In the same manner as in Example 1b, ink jet recording liquids were made from commercially available dyes, the following in Tabel le 1b are made and produced on their own shafts T 1 to T 5 checked. All of the ink jet recording liquids gave superior results Results similar to Example 1b.  

Example 6b

Copies of a color photograph were made under Use of ink jet recording liquids from Examples 2b, 3b, 4b and 5b as yellow, magenta, cyan or black ink jet recording liquids and with the help of the ink jet recorder, that was used in Examples 2b to 5b. The image obtained was bright in any color and good in the color rendering.

Comparative Example B

Sodium sulfate became saturated with stirring aqueous solution of the same dye (Direct Yellow 50) as used in Example 1b added to to precipitate the dye. This rainfall became fil trated with a saturated solution of sodium sulfate in washed in pure water and dried. The dried one Solid became in such a prescribed amount  balanced that the dye content in the forth ink jet recording liquid to be supplied was 3%, and in a mixture of Ethylene glycol and N-methyl-2-pyrrolidone (3: 1) dissolved. These Solution was pressurized through a PTFE filter (medium Pore diameter 1 µm) filtered. After that, 60% became water added to 40% of the filtrate to prepare the ink jet recording liquid.

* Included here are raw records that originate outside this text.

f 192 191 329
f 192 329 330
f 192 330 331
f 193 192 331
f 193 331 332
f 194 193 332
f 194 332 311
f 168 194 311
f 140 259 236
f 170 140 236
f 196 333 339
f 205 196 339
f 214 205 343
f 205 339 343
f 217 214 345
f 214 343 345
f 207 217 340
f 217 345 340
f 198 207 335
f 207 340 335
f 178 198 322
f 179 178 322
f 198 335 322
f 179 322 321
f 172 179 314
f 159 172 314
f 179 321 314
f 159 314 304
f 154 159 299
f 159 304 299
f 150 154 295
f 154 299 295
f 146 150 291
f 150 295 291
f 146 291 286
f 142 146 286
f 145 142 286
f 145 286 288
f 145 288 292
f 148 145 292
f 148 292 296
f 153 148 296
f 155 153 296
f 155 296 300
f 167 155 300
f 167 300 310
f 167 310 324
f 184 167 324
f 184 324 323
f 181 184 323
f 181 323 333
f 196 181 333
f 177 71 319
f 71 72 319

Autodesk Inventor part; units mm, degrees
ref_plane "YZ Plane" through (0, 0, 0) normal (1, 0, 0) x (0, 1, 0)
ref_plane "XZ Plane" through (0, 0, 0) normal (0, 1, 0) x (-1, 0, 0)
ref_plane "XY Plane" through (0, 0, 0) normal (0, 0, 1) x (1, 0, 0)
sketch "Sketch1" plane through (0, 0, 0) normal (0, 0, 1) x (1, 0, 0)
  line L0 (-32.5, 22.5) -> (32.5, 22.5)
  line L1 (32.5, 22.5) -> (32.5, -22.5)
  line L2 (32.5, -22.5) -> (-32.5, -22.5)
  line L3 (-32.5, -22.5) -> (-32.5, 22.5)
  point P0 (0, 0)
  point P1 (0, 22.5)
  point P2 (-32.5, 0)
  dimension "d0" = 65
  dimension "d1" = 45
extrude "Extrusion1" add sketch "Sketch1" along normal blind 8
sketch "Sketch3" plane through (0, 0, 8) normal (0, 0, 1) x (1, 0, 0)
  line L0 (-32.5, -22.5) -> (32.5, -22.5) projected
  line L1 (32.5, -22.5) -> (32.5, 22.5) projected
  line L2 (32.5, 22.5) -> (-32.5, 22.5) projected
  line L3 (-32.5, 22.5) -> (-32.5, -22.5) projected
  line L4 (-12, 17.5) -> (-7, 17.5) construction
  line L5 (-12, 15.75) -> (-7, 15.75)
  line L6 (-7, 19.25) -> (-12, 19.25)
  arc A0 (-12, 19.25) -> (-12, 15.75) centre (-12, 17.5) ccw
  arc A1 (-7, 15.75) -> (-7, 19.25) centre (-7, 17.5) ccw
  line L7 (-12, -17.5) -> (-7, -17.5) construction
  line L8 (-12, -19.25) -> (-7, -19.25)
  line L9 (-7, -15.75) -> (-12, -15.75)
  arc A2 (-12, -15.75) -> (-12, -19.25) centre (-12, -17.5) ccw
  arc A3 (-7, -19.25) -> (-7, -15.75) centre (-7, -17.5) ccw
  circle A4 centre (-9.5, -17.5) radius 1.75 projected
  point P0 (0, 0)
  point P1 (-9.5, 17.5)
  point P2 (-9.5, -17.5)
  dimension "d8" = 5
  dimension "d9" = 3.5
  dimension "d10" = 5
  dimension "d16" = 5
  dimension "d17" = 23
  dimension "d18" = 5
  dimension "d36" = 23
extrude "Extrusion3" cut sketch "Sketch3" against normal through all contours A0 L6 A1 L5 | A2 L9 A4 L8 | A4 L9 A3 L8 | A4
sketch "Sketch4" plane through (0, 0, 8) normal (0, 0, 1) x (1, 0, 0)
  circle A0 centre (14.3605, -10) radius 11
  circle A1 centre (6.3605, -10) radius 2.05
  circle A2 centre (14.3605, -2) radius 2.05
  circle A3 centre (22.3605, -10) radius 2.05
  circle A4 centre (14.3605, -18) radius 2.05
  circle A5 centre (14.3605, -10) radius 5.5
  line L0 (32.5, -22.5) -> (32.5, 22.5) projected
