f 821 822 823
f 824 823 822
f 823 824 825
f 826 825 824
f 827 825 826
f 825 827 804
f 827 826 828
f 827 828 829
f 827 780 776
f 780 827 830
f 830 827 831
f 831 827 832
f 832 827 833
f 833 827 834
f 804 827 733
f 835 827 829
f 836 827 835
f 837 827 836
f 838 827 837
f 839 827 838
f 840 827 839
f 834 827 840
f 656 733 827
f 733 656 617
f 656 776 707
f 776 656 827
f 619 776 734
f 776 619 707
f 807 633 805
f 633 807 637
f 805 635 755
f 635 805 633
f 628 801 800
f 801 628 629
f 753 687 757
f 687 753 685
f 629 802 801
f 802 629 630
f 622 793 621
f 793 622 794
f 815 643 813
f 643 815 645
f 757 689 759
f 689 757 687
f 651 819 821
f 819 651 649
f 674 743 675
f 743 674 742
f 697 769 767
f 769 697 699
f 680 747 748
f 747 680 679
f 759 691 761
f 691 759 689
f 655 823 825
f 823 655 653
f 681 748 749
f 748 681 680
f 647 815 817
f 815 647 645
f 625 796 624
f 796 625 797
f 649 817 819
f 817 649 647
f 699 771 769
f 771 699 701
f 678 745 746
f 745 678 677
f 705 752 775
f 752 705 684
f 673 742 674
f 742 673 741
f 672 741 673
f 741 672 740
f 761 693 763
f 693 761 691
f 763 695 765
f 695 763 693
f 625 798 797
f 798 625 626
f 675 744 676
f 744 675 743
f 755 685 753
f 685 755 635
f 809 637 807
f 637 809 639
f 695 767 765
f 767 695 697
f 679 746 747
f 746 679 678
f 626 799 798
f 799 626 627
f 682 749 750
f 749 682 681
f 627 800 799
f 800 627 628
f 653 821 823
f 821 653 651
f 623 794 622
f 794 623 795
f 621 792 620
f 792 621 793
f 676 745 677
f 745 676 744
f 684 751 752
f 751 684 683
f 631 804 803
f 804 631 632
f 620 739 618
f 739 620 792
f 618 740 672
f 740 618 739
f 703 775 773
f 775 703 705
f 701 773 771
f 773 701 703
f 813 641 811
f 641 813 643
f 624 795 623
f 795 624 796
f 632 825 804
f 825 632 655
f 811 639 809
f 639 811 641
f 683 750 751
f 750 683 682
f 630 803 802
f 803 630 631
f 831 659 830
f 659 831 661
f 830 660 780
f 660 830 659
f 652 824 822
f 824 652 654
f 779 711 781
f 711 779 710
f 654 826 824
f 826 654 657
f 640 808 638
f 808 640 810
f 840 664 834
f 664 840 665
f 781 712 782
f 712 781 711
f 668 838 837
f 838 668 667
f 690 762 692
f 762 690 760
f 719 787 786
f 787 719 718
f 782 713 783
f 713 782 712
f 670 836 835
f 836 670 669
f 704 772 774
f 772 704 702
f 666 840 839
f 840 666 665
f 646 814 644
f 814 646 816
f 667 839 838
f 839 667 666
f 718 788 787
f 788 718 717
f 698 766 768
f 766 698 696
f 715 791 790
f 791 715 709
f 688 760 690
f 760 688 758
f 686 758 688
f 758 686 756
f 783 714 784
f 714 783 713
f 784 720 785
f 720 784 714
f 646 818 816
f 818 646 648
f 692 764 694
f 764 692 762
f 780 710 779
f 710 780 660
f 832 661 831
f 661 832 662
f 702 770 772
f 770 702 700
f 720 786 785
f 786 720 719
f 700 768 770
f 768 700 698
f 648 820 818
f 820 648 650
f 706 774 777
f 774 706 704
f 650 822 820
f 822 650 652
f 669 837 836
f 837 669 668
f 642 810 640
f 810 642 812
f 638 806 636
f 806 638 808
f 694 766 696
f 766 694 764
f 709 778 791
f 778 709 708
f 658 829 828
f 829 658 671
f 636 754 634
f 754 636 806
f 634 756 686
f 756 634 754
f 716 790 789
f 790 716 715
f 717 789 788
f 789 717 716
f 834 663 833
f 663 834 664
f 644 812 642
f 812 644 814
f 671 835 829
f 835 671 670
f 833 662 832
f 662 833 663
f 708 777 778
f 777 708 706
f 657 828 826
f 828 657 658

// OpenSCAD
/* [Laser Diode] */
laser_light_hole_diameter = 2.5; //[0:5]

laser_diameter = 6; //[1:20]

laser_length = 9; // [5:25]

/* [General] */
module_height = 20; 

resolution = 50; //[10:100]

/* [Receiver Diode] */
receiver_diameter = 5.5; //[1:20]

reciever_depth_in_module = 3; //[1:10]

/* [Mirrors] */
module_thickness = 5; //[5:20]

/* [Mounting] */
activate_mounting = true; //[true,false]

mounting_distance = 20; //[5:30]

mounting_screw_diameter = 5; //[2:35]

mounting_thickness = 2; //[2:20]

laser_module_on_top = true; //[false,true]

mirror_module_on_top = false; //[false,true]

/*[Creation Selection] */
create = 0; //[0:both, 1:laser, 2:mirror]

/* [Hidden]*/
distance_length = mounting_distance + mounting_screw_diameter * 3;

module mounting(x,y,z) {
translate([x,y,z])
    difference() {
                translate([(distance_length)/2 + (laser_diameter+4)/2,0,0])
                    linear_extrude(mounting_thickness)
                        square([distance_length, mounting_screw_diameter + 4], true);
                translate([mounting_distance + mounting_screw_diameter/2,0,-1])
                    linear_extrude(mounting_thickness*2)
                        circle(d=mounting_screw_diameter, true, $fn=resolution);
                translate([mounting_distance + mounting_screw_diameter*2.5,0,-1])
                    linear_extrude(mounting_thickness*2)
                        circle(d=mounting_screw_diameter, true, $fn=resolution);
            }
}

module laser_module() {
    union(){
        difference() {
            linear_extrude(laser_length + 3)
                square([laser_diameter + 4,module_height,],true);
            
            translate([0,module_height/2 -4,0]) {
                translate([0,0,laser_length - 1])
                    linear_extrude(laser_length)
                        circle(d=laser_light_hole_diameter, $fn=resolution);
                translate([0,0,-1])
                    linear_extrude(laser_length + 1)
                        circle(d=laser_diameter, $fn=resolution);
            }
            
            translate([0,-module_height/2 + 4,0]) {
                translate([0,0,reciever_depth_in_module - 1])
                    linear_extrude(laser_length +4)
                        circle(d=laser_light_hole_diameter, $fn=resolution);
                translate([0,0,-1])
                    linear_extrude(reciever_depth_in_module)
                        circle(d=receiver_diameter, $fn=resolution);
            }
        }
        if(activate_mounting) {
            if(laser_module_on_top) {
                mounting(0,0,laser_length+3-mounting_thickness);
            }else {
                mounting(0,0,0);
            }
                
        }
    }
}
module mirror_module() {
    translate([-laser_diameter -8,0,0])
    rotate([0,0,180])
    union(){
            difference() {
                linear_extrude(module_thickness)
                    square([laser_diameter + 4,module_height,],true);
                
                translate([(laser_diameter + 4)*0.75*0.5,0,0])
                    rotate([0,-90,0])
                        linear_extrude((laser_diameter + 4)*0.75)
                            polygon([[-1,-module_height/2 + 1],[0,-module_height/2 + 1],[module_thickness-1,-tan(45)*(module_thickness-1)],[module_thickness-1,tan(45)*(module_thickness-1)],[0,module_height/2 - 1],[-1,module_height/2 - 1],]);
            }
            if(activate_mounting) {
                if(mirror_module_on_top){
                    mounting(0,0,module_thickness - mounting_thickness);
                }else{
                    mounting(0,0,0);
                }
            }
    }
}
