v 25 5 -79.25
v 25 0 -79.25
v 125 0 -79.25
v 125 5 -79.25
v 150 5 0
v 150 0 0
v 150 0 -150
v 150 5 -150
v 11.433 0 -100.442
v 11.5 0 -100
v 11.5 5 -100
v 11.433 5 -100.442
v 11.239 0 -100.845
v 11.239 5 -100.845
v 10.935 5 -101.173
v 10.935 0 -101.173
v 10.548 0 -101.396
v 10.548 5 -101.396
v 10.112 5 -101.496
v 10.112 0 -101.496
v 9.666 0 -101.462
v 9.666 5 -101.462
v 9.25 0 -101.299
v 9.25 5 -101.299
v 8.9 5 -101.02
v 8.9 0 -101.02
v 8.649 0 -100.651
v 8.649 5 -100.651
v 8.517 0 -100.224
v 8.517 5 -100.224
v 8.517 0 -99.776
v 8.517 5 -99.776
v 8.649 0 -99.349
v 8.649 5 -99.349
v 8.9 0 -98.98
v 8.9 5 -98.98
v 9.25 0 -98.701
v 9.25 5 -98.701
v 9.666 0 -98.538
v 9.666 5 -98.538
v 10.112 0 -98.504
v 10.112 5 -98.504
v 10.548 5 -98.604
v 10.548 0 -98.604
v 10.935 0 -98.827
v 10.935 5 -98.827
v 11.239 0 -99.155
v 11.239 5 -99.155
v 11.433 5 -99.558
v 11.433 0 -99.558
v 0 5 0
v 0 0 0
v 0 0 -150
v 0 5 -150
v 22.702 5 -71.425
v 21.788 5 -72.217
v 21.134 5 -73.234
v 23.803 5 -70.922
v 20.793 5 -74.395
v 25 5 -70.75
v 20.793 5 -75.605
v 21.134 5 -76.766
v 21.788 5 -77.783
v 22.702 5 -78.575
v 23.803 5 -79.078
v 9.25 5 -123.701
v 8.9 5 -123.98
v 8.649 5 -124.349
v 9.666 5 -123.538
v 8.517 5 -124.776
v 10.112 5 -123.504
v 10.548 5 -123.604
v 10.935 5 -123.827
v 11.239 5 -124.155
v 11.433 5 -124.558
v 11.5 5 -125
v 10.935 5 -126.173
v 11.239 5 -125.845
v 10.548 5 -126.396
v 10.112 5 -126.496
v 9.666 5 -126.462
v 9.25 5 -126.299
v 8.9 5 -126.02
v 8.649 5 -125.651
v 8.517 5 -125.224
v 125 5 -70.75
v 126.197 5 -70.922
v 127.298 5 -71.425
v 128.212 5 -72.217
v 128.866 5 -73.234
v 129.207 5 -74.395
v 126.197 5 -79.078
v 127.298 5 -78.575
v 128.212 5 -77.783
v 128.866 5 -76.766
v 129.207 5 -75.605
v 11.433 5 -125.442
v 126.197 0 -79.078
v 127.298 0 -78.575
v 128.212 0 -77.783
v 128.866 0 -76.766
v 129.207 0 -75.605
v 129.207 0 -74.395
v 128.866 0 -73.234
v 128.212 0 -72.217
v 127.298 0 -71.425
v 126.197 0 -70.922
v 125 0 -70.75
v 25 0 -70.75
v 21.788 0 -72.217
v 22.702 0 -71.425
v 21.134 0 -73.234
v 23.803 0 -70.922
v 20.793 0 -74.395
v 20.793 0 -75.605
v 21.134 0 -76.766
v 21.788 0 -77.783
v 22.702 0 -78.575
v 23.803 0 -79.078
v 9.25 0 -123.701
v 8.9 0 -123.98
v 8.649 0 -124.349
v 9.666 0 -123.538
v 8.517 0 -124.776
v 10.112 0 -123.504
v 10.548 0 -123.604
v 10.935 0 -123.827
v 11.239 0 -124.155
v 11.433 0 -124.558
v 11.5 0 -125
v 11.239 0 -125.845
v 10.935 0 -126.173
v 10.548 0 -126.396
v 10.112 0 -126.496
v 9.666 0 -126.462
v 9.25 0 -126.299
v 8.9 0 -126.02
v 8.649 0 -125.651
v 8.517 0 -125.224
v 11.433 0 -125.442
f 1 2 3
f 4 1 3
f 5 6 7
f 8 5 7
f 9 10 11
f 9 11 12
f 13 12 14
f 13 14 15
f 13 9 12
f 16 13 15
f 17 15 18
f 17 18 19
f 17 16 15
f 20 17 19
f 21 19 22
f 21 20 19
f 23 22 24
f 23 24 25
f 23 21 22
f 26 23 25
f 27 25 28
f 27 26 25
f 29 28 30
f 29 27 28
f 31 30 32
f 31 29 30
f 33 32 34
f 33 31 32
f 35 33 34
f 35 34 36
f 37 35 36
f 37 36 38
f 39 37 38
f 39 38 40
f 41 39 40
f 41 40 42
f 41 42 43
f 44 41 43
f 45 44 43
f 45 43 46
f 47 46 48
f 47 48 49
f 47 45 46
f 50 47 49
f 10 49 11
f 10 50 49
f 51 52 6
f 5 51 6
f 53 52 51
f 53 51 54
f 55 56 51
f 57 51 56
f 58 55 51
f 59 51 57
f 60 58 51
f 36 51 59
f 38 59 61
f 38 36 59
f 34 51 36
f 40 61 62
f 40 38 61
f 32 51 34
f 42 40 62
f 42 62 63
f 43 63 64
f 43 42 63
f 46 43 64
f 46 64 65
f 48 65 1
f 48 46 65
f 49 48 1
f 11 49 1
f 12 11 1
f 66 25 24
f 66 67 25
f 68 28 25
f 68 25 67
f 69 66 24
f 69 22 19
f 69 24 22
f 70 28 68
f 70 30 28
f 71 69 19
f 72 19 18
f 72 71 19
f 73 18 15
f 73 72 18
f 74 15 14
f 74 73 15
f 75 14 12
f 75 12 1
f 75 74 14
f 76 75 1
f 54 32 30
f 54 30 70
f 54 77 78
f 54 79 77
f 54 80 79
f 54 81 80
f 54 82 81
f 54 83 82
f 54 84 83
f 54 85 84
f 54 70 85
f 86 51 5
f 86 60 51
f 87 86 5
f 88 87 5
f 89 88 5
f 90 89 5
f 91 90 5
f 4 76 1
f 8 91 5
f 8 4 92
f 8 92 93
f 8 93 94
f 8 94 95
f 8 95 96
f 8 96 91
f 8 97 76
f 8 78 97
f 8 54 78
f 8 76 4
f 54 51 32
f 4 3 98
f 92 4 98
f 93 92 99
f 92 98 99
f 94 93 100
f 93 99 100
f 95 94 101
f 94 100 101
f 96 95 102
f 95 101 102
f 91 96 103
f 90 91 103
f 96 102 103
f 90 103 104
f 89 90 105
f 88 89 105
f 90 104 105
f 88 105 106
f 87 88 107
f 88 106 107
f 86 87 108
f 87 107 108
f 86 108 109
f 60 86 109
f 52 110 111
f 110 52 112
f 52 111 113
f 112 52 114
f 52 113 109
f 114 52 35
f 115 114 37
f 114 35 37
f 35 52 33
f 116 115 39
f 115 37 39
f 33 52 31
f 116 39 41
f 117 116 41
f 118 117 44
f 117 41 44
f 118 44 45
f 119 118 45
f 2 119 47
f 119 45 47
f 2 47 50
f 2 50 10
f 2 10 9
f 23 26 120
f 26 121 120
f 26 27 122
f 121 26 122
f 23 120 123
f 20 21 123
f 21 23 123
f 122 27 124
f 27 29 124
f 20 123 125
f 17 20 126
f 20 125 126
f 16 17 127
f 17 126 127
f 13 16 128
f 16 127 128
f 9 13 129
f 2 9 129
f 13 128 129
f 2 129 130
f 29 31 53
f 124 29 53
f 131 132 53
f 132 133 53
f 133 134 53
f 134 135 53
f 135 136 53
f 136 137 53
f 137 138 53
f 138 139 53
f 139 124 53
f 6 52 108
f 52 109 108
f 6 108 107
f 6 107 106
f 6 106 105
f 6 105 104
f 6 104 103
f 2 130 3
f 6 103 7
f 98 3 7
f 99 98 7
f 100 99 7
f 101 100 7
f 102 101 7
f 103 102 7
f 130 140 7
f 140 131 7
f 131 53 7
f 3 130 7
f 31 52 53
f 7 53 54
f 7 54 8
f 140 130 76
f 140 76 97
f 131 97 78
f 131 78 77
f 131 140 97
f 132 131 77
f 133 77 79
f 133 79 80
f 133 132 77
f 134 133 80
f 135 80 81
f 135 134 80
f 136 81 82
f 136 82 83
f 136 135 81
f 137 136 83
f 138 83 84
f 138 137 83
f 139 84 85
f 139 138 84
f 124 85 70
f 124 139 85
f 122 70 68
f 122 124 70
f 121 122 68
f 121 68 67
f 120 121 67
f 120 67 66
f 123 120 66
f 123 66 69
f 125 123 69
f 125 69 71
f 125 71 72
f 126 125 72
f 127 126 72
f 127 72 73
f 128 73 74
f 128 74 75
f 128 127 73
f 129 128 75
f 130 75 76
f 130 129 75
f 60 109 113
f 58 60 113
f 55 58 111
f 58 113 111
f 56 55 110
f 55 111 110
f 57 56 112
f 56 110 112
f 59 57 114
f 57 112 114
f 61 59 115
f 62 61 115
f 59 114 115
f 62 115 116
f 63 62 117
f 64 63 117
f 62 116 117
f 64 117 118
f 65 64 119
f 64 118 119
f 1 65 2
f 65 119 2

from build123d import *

# Parameters (mm, degrees)
SKETCH1_W           = 150
SKETCH1_H           = 150
SKETCH1_R           = 1.5
BOSS_EXTRUDE1_DEPTH = 5


with BuildPart() as part:
    # Sketch1 → Boss-Extrude1 (new body)
    with BuildSketch(Plane(origin=(0, 0, 0), x_dir=(1, 0, 0), z_dir=(0, 1, 0))):
        with Locations((75, 75)):
            Rectangle(SKETCH1_W, SKETCH1_H)
        with Locations((10, 125)):
            Circle(SKETCH1_R, mode=Mode.SUBTRACT)
        with Locations((10, 100)):
            Circle(SKETCH1_R, mode=Mode.SUBTRACT)
        with BuildLine():
            Line((25, 79.25), (125, 79.25))
            ThreePointArc((125, 79.25), (129.25, 75), (125, 70.75))
            Line((125, 70.75), (25, 70.75))
            ThreePointArc((25, 70.75), (20.75, 75), (25, 79.25))
        make_face(mode=Mode.SUBTRACT)
    extrude(amount=BOSS_EXTRUDE1_DEPTH)


solid = part.part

The magnesium content in the ink jet recording liquid was 6.1 ppm as by Atomic absorption spectroscopy was measured. The own T 1 to T 5 of this ink jet recording liquid were in the same Way as examined in Example 1b. At T 1 occurred unsolvably Liche parts in the ink jet recording liquid after its one-month storage on. At T 2, the jetting of the ink jet recording liquid often stopped what a change (increase) in the operating voltage is required te. With microscopic observation of the surface of a Heating head you saw a brown deposit on it stuck. At T 3 caused the to stand for one month Ink jet recording liquid nozzle clogging, and it has been found that Ejection of the ink jet recording liquid was unstable.

Furthermore, the above original color fabricated two ink jet recording liquids by simply the Katio exchange or electrostatic treatment added to the above treatment. The Magnesiumge hatl became 4.8 ppm in the former and 5.1 ppm in the latter found ink jet recording liquid. Results of the same Tests on T 1 through T 5 showed that the operating characteristics this ink jet recording liquid for practical use were sufficient, although it was found that in some Dimensions were improved when compared with that of the ink jet recording liquid were compared, which none of the above add has been suspended.  

Table 1a

Table 1b

Claims (3)

1. Using an aqueous ink jet recording liquid speed, consisting of a solution of 0.1 to 20 mass% of a water-soluble dye, the total content of two and higher quality metals from the group calcium, magnesium, man gan, iron, aluminum and silicon to 20 ppm or less and the magnesium content is set to 4 ppm or less, for ink jet recording systems in which to eject thermal energy is used in the recording liquid. 2. Use according to claim 1, characterized in that the Solution a mixture of water and a water-soluble orga African solvent contains. 3. Use according to claim 1 or 2, characterized net that the water is distilled water and / or by ions exchange is deionized water.